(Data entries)
━━━━━━━━━━
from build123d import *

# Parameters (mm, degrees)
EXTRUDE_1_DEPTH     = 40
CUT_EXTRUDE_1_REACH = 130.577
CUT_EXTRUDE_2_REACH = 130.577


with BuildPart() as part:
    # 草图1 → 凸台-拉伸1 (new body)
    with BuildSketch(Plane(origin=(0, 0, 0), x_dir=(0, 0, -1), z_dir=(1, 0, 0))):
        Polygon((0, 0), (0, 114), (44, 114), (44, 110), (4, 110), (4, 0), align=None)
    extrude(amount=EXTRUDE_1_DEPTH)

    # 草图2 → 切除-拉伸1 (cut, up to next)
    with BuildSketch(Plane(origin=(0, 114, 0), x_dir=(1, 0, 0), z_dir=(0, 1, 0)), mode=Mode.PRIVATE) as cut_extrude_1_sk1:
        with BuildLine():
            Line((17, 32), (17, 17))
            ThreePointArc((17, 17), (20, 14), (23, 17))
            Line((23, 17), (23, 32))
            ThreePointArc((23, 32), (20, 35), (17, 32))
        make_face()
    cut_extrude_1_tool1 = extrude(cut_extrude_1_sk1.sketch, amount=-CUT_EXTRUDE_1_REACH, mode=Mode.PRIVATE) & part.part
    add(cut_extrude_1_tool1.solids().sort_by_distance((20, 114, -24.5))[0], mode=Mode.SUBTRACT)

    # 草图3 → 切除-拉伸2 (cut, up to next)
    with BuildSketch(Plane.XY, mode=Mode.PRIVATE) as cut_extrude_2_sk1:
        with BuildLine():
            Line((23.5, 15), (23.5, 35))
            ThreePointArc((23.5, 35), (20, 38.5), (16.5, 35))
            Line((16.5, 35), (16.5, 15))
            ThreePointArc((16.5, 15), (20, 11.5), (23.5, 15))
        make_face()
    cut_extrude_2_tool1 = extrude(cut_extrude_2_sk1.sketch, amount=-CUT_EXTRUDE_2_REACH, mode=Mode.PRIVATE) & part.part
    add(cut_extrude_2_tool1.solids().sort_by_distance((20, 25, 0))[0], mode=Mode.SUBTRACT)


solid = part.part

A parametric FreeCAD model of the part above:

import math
import FreeCAD as App
import Part
import Sketcher
Q = App.Units.Quantity


def add_polygon(sketch, points):
    """Adds a closed chain of lines whose ends are joined by coincident constraints."""
    first, n = sketch.GeometryCount, len(points)
    for a, b in zip(points, points[1:] + points[:1]):
        sketch.addGeometry(Part.LineSegment(App.Vector(*a, 0), App.Vector(*b, 0)), False)
    for i in range(n):
        sketch.addConstraint(Sketcher.Constraint("Coincident", first + i, 2, first + (i + 1) % n, 1))

doc = App.newDocument("Part")
body = doc.addObject("PartDesign::Body", "Body")

# Sketch on YZ plane
sketch1 = doc.addObject("Sketcher::SketchObject", "Sketch")
body.addObject(sketch1)
sketch1.AttachmentSupport = (doc.YZ_Plane, [""])
sketch1.MapMode = "FlatFace"
add_polygon(sketch1, [(114, 0), (0, 0), (0, -4), (110, -4), (110, -44), (114, -44)])  # lines 0-5
sketch1.addConstraint([
    Sketcher.Constraint("Horizontal", 0),
    Sketcher.Constraint("Vertical", 1),
    Sketcher.Constraint("Horizontal", 2),
    Sketcher.Constraint("Vertical", 3),
    Sketcher.Constraint("Horizontal", 4),
    Sketcher.Constraint("Vertical", 5),
    Sketcher.Constraint("Coincident", 0, 2, -1, 1),
    Sketcher.Constraint("Equal", 4, 1),
    Sketcher.Constraint("DistanceX", 0, 2, 0, 1, Q("114 mm")),
    Sketcher.Constraint("DistanceX", 2, 1, 2, 2, Q("110 mm")),
    Sketcher.Constraint("DistanceY", 3, 2, 3, 1, Q("40 mm")),
])
pad1 = doc.addObject("PartDesign::Pad", "Pad")
body.addObject(pad1)
pad1.Profile = sketch1
pad1.Length = 40

# Sketch on XZ plane
sketch2 = doc.addObject("Sketcher::SketchObject", "Sketch001")
body.addObject(sketch2)
sketch2.AttachmentSupport = (doc.XZ_Plane, [""])
sketch2.MapMode = "FlatFace"
sketch2.AttachmentOffset = App.Placement(App.Vector(0, 0, -114), App.Rotation())
sketch2.addGeometry([
    Part.LineSegment(App.Vector(17, -32, 0), App.Vector(17, -17, 0)),
    Part.ArcOfCircle(Part.Circle(App.Vector(20, -17, 0), App.Vector(0, 0, 1), 3), math.radians(0), math.radians(180)),
    Part.LineSegment(App.Vector(23, -17, 0), App.Vector(23, -32, 0)),
    Part.ArcOfCircle(Part.Circle(App.Vector(20, -32, 0), App.Vector(0, 0, 1), 3), math.radians(180), math.radians(360)),
], False)
sketch2.addConstraint([
    Sketcher.Constraint("Tangent", 0, 2, 1, 2),
    Sketcher.Constraint("Tangent", 1, 1, 2, 1),
    Sketcher.Constraint("Tangent", 2, 2, 3, 2),
    Sketcher.Constraint("Tangent", 3, 1, 0, 1),
    Sketcher.Constraint("Vertical", 0),
    Sketcher.Constraint("Vertical", 2),
    Sketcher.Constraint("Radius", 1, Q("3 mm")),
    Sketcher.Constraint("DistanceY", 0, 1, 0, 2, Q("15 mm")),
    Sketcher.Constraint("DistanceX", -1, 1, 1, 3, Q("20 mm")),
    Sketcher.Constraint("DistanceY", 1, 3, -1, 1, Q("17 mm")),
])
pocket1 = doc.addObject("PartDesign::Pocket", "Pocket")
body.addObject(pocket1)
pocket1.Profile = sketch2
pocket1.Type = "UpToFirst"
pocket1.Reversed = True

# Sketch on XY plane
sketch3 = doc.addObject("Sketcher::SketchObject", "Sketch002")
body.addObject(sketch3)
sketch3.AttachmentSupport = (doc.XY_Plane, [""])
sketch3.MapMode = "FlatFace"
sketch3.addGeometry([
    Part.LineSegment(App.Vector(23.5, 15, 0), App.Vector(23.5, 35, 0)),
    Part.ArcOfCircle(Part.Circle(App.Vector(20, 35, 0), App.Vector(0, 0, 1), 3.5), math.radians(0), math.radians(180)),
    Part.LineSegment(App.Vector(16.5, 35, 0), App.Vector(16.5, 15, 0)),
    Part.ArcOfCircle(Part.Circle(App.Vector(20, 15, 0), App.Vector(0, 0, 1), 3.5), math.radians(180), math.radians(360)),
], False)
sketch3.addConstraint([
    Sketcher.Constraint("Tangent", 0, 2, 1, 1),
    Sketcher.Constraint("Tangent", 1, 2, 2, 1),
    Sketcher.Constraint("Tangent", 2, 2, 3, 1),
    Sketcher.Constraint("Tangent", 3, 2, 0, 1),
    Sketcher.Constraint("Vertical", 0),
    Sketcher.Constraint("Vertical", 2),
    Sketcher.Constraint("Radius", 1, Q("3.5 mm")),
    Sketcher.Constraint("DistanceY", 0, 1, 0, 2, Q("20 mm")),
    Sketcher.Constraint("DistanceX", -1, 1, 1, 3, Q("20 mm")),
    Sketcher.Constraint("DistanceY", -1, 1, 1, 3, Q("35 mm")),
])
pocket2 = doc.addObject("PartDesign::Pocket", "Pocket001")
body.addObject(pocket2)
pocket2.Profile = sketch3
pocket2.Type = "UpToFirst"

doc.recompute()
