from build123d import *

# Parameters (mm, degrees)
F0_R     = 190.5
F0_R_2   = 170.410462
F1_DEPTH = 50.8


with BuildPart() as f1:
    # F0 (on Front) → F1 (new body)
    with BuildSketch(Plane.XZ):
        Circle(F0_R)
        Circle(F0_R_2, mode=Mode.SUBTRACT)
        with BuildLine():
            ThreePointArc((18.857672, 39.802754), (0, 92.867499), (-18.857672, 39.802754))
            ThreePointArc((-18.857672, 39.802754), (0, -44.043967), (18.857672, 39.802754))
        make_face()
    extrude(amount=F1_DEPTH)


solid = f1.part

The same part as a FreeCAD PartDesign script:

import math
import FreeCAD as App
import Part
import Sketcher

V = App.Vector
Q = App.Units.Quantity

doc = App.newDocument("Part")
body = doc.addObject("PartDesign::Body", "Body")
body.AllowCompound = True

sketch1 = body.newObject("Sketcher::SketchObject", "Sketch")
sketch1.AttachmentSupport = (doc.getObject("XZ_Plane"), [""])
sketch1.MapMode = "FlatFace"
sketch1.addGeometry(Part.Circle(V(0, 0, 0), V(0, 0, 1), 190), False)
sketch1.addGeometry(Part.Circle(V(0, 0, 0), V(0, 0, 1), 170), False)
sketch1.addGeometry(Part.ArcOfCircle(Part.Circle(V(0, 63, 0), V(0, 0, 1), 30), math.radians(-51), math.radians(231)), False)
sketch1.addGeometry(Part.ArcOfCircle(Part.Circle(V(0, 0, 0), V(0, 0, 1), 44), math.radians(115), math.radians(425)), False)
sketch1.addConstraint(Sketcher.Constraint("Coincident", 2, 1, 3, 2))
sketch1.addConstraint(Sketcher.Constraint("Coincident", 3, 1, 2, 2))
sketch1.addConstraint(Sketcher.Constraint("Coincident", 0, 3, -1, 1))
sketch1.addConstraint(Sketcher.Constraint("Coincident", 1, 3, -1, 1))
sketch1.addConstraint(Sketcher.Constraint("Coincident", 3, 3, -1, 1))
sketch1.addConstraint(Sketcher.Constraint("PointOnObject", 2, 3, -2))
sketch1.addConstraint(Sketcher.Constraint("Diameter", 0, Q("15 in")))
sketch1.addConstraint(Sketcher.Constraint("Diameter", 1, Q("340.820924 mm")))
sketch1.addConstraint(Sketcher.Constraint("Radius", 2, Q("29.883107 mm")))
sketch1.addConstraint(Sketcher.Constraint("Radius", 3, Q("44.043967 mm")))
sketch1.addConstraint(Sketcher.Constraint("DistanceY", -1, 1, 2, 3, Q("62.984392 mm")))
pad1 = body.newObject("PartDesign::Pad", "Pad")
pad1.Profile = sketch1
pad1.Length = Q("2 in")

doc.recompute()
━━━━━━━━━━
■ Task instructions ■
All lines from the opening of the records through the line where "A parametric FreeCAD" occurs are to be output verbatim. No other line belongs in the answer.

■ Task solution ■
from build123d import *

# Parameters (mm, degrees)
EXTRUDE_1_DEPTH     = 40
CUT_EXTRUDE_1_REACH = 130.577
CUT_EXTRUDE_2_REACH = 130.577


with BuildPart() as part:
    # 草图1 → 凸台-拉伸1 (new body)
    with BuildSketch(Plane(origin=(0, 0, 0), x_dir=(0, 0, -1), z_dir=(1, 0, 0))):
        Polygon((0, 0), (0, 114), (44, 114), (44, 110), (4, 110), (4, 0), align=None)
    extrude(amount=EXTRUDE_1_DEPTH)

    # 草图2 → 切除-拉伸1 (cut, up to next)
    with BuildSketch(Plane(origin=(0, 114, 0), x_dir=(1, 0, 0), z_dir=(0, 1, 0)), mode=Mode.PRIVATE) as cut_extrude_1_sk1:
        with BuildLine():
            Line((17, 32), (17, 17))
            ThreePointArc((17, 17), (20, 14), (23, 17))
            Line((23, 17), (23, 32))
            ThreePointArc((23, 32), (20, 35), (17, 32))
        make_face()
    cut_extrude_1_tool1 = extrude(cut_extrude_1_sk1.sketch, amount=-CUT_EXTRUDE_1_REACH, mode=Mode.PRIVATE) & part.part
    add(cut_extrude_1_tool1.solids().sort_by_distance((20, 114, -24.5))[0], mode=Mode.SUBTRACT)

    # 草图3 → 切除-拉伸2 (cut, up to next)
    with BuildSketch(Plane.XY, mode=Mode.PRIVATE) as cut_extrude_2_sk1:
        with BuildLine():
            Line((23.5, 15), (23.5, 35))
            ThreePointArc((23.5, 35), (20, 38.5), (16.5, 35))
            Line((16.5, 35), (16.5, 15))
            ThreePointArc((16.5, 15), (20, 11.5), (23.5, 15))
        make_face()
    cut_extrude_2_tool1 = extrude(cut_extrude_2_sk1.sketch, amount=-CUT_EXTRUDE_2_REACH, mode=Mode.PRIVATE) & part.part
    add(cut_extrude_2_tool1.solids().sort_by_distance((20, 25, 0))[0], mode=Mode.SUBTRACT)


solid = part.part

A parametric FreeCAD model of the part above:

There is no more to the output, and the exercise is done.